### What needs to be done
Go to the line holding "e18 v18 v1 CIRCLE(AX(P(0,0,6),D(0,0,1),D(1,0,0)),2.88675)" in the entries below and write out exactly every line down to and including the line holding "face PLANE(AX(P(0,0,6),D(0,0,1),D(1,0,0))) ~[e1".

### Data under study
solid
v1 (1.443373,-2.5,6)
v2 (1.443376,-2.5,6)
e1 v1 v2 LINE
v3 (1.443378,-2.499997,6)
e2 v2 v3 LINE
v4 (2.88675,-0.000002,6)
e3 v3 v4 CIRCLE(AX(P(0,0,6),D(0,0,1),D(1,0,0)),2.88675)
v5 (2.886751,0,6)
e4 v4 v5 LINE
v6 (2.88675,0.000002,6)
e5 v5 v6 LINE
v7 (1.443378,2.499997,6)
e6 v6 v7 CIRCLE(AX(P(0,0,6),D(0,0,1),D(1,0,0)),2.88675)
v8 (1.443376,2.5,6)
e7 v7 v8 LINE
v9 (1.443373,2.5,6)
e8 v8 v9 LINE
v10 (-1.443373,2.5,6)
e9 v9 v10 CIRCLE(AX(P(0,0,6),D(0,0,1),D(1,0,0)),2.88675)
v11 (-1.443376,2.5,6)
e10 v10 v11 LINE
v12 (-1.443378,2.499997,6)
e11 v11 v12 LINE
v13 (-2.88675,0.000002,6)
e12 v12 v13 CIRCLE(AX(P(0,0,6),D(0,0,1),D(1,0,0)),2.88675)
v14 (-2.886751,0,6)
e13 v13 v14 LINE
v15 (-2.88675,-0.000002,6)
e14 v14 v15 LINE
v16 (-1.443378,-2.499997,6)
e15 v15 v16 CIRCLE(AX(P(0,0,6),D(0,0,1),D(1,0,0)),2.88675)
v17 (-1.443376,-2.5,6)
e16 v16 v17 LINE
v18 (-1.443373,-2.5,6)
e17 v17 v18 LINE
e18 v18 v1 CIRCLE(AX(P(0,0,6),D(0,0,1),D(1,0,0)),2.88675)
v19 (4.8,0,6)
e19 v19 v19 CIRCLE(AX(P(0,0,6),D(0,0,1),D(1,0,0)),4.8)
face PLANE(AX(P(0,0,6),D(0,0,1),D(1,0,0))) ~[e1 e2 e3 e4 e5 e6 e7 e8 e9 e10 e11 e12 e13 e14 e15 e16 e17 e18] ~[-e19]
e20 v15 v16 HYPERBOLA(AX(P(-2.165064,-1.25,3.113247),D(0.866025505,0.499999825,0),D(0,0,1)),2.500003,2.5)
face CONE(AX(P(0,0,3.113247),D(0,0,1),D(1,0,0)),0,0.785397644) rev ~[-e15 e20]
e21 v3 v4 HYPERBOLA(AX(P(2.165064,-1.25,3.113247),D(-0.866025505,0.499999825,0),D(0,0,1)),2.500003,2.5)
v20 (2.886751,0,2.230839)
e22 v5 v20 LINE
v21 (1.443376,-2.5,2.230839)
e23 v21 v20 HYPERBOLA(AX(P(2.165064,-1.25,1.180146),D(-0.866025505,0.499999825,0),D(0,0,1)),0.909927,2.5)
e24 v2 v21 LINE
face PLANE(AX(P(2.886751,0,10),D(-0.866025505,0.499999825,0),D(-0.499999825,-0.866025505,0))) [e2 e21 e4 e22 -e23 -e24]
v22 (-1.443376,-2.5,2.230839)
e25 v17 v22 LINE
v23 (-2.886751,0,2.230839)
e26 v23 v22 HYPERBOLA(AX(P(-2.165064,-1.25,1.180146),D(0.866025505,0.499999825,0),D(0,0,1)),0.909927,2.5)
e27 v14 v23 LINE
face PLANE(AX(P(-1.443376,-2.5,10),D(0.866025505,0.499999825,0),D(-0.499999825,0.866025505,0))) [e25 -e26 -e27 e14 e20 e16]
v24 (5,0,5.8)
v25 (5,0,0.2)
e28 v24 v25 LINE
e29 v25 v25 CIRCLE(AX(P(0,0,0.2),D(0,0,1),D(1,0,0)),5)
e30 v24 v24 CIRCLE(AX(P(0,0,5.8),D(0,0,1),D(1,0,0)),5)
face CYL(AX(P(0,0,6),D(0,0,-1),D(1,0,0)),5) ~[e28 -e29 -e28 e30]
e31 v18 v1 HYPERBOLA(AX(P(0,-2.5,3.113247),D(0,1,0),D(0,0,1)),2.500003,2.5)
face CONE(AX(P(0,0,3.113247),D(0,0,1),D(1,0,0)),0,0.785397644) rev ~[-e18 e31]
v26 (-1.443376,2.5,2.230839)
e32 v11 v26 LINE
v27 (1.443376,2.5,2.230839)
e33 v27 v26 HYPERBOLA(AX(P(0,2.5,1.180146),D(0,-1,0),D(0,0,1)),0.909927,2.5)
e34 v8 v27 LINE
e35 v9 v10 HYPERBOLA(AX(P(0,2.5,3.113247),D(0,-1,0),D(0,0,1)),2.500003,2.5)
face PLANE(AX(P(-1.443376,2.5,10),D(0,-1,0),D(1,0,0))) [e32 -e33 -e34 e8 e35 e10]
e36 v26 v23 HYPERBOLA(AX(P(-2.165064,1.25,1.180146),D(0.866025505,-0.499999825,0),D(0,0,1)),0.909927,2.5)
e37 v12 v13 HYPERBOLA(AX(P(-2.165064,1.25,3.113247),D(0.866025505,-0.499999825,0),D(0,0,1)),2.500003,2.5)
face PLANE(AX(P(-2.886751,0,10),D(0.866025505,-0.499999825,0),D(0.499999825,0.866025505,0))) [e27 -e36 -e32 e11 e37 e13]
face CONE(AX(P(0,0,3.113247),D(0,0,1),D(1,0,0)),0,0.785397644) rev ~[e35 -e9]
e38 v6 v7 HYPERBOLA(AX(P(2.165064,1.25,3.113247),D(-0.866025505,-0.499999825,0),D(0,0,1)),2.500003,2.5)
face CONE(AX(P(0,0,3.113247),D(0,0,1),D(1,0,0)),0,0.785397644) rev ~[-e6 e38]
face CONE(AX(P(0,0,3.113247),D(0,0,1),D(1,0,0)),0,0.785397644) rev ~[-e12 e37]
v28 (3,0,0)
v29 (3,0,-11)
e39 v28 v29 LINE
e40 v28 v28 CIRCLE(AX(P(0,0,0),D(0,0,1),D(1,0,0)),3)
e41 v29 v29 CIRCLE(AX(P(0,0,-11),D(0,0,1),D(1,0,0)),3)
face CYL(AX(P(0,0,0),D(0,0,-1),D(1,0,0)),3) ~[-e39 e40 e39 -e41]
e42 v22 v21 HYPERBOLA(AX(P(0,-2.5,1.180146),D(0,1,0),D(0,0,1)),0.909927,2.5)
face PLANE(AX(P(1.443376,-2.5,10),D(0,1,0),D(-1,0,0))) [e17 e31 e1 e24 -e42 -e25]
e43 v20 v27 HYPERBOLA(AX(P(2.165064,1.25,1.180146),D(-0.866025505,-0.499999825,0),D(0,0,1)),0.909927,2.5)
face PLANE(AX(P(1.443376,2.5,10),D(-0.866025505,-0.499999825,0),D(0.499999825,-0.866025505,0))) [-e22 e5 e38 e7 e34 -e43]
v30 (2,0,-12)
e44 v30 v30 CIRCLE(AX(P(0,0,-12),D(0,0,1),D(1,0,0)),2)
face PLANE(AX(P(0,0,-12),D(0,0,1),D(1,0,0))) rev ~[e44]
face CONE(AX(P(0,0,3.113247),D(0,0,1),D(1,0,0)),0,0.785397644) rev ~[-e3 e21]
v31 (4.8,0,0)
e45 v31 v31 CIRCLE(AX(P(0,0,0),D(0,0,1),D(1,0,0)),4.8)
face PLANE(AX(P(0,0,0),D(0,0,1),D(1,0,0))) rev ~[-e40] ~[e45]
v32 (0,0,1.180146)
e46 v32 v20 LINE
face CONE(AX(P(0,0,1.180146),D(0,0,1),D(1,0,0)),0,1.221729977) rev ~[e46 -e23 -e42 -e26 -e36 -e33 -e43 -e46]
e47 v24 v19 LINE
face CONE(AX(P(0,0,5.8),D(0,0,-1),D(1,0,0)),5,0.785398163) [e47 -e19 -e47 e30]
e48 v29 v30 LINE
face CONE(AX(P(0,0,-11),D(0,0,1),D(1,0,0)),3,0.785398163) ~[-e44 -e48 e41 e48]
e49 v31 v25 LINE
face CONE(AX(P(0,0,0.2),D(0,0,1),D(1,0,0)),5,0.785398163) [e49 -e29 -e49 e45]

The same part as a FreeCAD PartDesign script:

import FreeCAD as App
import Part
import Sketcher

V = App.Vector
Q = App.Units.Quantity


def edges_at(feature, points):
    """Names of the edges that pass closest to the given points."""
    edges = feature.Shape.Edges
    near = lambda p: min(range(len(edges)), key=lambda i: edges[i].distToShape(Part.Vertex(*p))[0])
    return sorted({f"Edge{near(p) + 1}" for p in points})

doc = App.newDocument("Part")
params = doc.addObject("Spreadsheet::Sheet", "Params")
for row, (alias, value) in enumerate([
    ("sketch1_width", "5 mm"),
    ("sketch1_height", "7 mm"),
    ("revolution_angle", "360 deg"),
    ("sketch2_diameter", "12 mm"),
    ("sketch3_width", "3 mm"),
    ("sketch3_width2", "2 mm"),
    ("sketch3_height", "12 mm"),
    ("sketch3_height2", "6 mm"),
    ("revolution2_angle", "360 deg"),
    ("chamfer_size", "1 mm"),
    ("chamfer2_size", "0.2 mm"),
], start=1):
    params.set(f"A{row}", alias)
    params.set(f"B{row}", "=" + value)
    params.setAlias(f"B{row}", alias)

body = doc.addObject("PartDesign::Body", "Body")

sketch1 = doc.addObject("Sketcher::SketchObject", "Sketch")
body.addObject(sketch1)
sketch1.AttachmentSupport = (doc.XZ_Plane, [""])
sketch1.MapMode = "FlatFace"
sketch1.addGeometry([
    Part.LineSegment(V(0, 1, 0), V(5, 3, 0)),
    Part.LineSegment(V(5, 3, 0), V(5, 10, 0)),
    Part.LineSegment(V(5, 10, 0), V(0, 10, 0)),
    Part.LineSegment(V(0, 10, 0), V(0, 1, 0)),
], False)
sketch1.addConstraint([
    Sketcher.Constraint("Coincident", 0, 2, 1, 1),
    Sketcher.Constraint("Coincident", 1, 2, 2, 1),
    Sketcher.Constraint("Coincident", 2, 2, 3, 1),
    Sketcher.Constraint("Coincident", 3, 2, 0, 1),
    Sketcher.Constraint("Vertical", 1),
    Sketcher.Constraint("Horizontal", 2),
    Sketcher.Constraint("Vertical", 3),
    Sketcher.Constraint("PointOnObject", 2, 2, -2),
    Sketcher.Constraint("DistanceX", 2, 2, 2, 1, Q("5 mm")),
    Sketcher.Constraint("DistanceY", 1, 1, 1, 2, Q("7 mm")),
    Sketcher.Constraint("DistanceY", -1, 1, 0, 2, Q("3 mm")),
    Sketcher.Constraint("Distance", 0, Q("5.32089 mm")),
])
sketch1.setExpression("Constraints[8]", "Params.sketch1_width")
sketch1.setExpression("Constraints[9]", "Params.sketch1_height")
revolution = doc.addObject("PartDesign::Revolution", "Revolution")
body.addObject(revolution)
revolution.Profile = sketch1
revolution.ReferenceAxis = (sketch1, ["V_Axis"])
revolution.setExpression("Angle", "Params.revolution_angle")

sketch2 = doc.addObject("Sketcher::SketchObject", "Sketch001")
body.addObject(sketch2)
sketch2.AttachmentSupport = (doc.XY_Plane, [""])
sketch2.MapMode = "FlatFace"
sketch2.AttachmentOffset = App.Placement(V(0, 0, 10), App.Rotation())
sketch2.addGeometry([
    Part.Circle(V(0, 0, 0), V(0, 0, 1), 6),
    Part.LineSegment(V(2.9, 0, 0), V(1.4, -2.5, 0)),
    Part.LineSegment(V(1.4, -2.5, 0), V(-1.4, -2.5, 0)),
    Part.LineSegment(V(-1.4, -2.5, 0), V(-2.9, 0, 0)),
    Part.LineSegment(V(-2.9, 0, 0), V(-1.4, 2.5, 0)),
    Part.LineSegment(V(-1.4, 2.5, 0), V(1.4, 2.5, 0)),
    Part.LineSegment(V(1.4, 2.5, 0), V(2.9, 0, 0)),
], False)
sketch2.addConstraint([
    Sketcher.Constraint("Coincident", 1, 2, 2, 1),
    Sketcher.Constraint("Coincident", 2, 2, 3, 1),
    Sketcher.Constraint("Coincident", 3, 2, 4, 1),
    Sketcher.Constraint("Coincident", 4, 2, 5, 1),
    Sketcher.Constraint("Coincident", 5, 2, 6, 1),
    Sketcher.Constraint("Coincident", 6, 2, 1, 1),
    Sketcher.Constraint("Horizontal", 2),
    Sketcher.Constraint("Horizontal", 5),
    Sketcher.Constraint("Coincident", 0, 3, -1, 1),
    Sketcher.Constraint("Symmetric", 1, 2, 4, 2, -1, 1),
    Sketcher.Constraint("Symmetric", 3, 2, 6, 2, -1, 1),
    Sketcher.Constraint("PointOnObject", 3, 2, -1),
    Sketcher.Constraint("Parallel", 3, 6),
    Sketcher.Constraint("Vertical", 2, 2, 4, 2),
    Sketcher.Constraint("Diameter", 0, Q("12 mm")),
    Sketcher.Constraint("Angle", 1, Q("-119.999988 deg")),
    Sketcher.Constraint("DistanceY", 2, 2, 4, 2, Q("5 mm")),
    Sketcher.Constraint("DistanceX", 2, 2, 2, 1, Q("2.886752 mm")),
])
sketch2.setExpression("Constraints[14]", "Params.sketch2_diameter")
pocket1 = doc.addObject("PartDesign::Pocket", "Pocket")
body.addObject(pocket1)
pocket1.Profile = sketch2
pocket1.Type = "ThroughAll"
body2 = doc.addObject("PartDesign::Body", "Body001")

sketch3 = doc.addObject("Sketcher::SketchObject", "Sketch002")
body2.addObject(sketch3)
sketch3.AttachmentSupport = (doc.getObject("XZ_Plane001"), [""])
sketch3.MapMode = "FlatFace"
sketch3.addGeometry([
    Part.LineSegment(V(5, 6, 0), V(2.9, 6, 0)),
    Part.LineSegment(V(2.9, 6, 0), V(0, 3.1, 0)),
    Part.LineSegment(V(0, 3.1, 0), V(0, -12, 0)),
    Part.LineSegment(V(0, -12, 0), V(3, -12, 0)),
    Part.LineSegment(V(3, -12, 0), V(3, 0, 0)),
    Part.LineSegment(V(3, 0, 0), V(5, 0, 0)),
    Part.LineSegment(V(5, 0, 0), V(5, 6, 0)),
], False)
sketch3.addConstraint([
    Sketcher.Constraint("Coincident", 0, 2, 1, 1),
    Sketcher.Constraint("Coincident", 1, 2, 2, 1),
    Sketcher.Constraint("Coincident", 2, 2, 3, 1),
    Sketcher.Constraint("Coincident", 3, 2, 4, 1),
    Sketcher.Constraint("Coincident", 4, 2, 5, 1),
    Sketcher.Constraint("Coincident", 5, 2, 6, 1),
    Sketcher.Constraint("Coincident", 6, 2, 0, 1),
    Sketcher.Constraint("Horizontal", 0),
    Sketcher.Constraint("Vertical", 2),
    Sketcher.Constraint("Horizontal", 3),
    Sketcher.Constraint("Vertical", 4),
    Sketcher.Constraint("Horizontal", 5),
    Sketcher.Constraint("Vertical", 6),
    Sketcher.Constraint("PointOnObject", 1, 2, -2),
    Sketcher.Constraint("PointOnObject", 4, 2, -1),
    Sketcher.Constraint("DistanceX", 3, 1, 3, 2, Q("3 mm")),
    Sketcher.Constraint("DistanceX", 5, 1, 5, 2, Q("2 mm")),
    Sketcher.Constraint("DistanceY", 4, 1, 4, 2, Q("12 mm")),
    Sketcher.Constraint("DistanceY", 6, 1, 6, 2, Q("6 mm")),
    Sketcher.Constraint("DistanceX", 0, 2, 0, 1, Q("2.11325 mm")),
    Sketcher.Constraint("DistanceY", 2, 2, 2, 1, Q("15.113247 mm")),
])
sketch3.setExpression("Constraints[15]", "Params.sketch3_width")
sketch3.setExpression("Constraints[16]", "Params.sketch3_width2")
sketch3.setExpression("Constraints[17]", "Params.sketch3_height")
sketch3.setExpression("Constraints[18]", "Params.sketch3_height2")
revolution2 = doc.addObject("PartDesign::Revolution", "Revolution001")
body2.addObject(revolution2)
revolution2.Profile = sketch3
revolution2.ReferenceAxis = (sketch3, ["V_Axis"])
revolution2.setExpression("Angle", "Params.revolution2_angle")
doc.recompute()

boolean = doc.addObject("PartDesign::Boolean", "Boolean")
body2.addObject(boolean)
boolean.Type = "Cut"
boolean.addObjects([body])
doc.recompute()

chamfer = doc.addObject("PartDesign::Chamfer", "Chamfer")
body2.addObject(chamfer)
chamfer.Base = (boolean, edges_at(boolean, [(-3, 0, -12)]))
chamfer.setExpression("Size", "Params.chamfer_size")
doc.recompute()

chamfer2 = doc.addObject("PartDesign::Chamfer", "Chamfer001")
body2.addObject(chamfer2)
chamfer2.Base = (chamfer, edges_at(chamfer, [(-5, 0, 6), (-5, 0, 0)]))
chamfer2.setExpression("Size", "Params.chamfer2_size")

doc.recompute()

### Answer
e18 v18 v1 CIRCLE(AX(P(0,0,6),D(0,0,1),D(1,0,0)),2.88675)
v19 (4.8,0,6)
e19 v19 v19 CIRCLE(AX(P(0,0,6),D(0,0,1),D(1,0,0)),4.8)
face PLANE(AX(P(0,0,6),D(0,0,1),D(1,0,0))) ~[e1 e2 e3 e4 e5 e6 e7 e8 e9 e10 e11 e12 e13 e14 e15 e16 e17 e18] ~[-e19]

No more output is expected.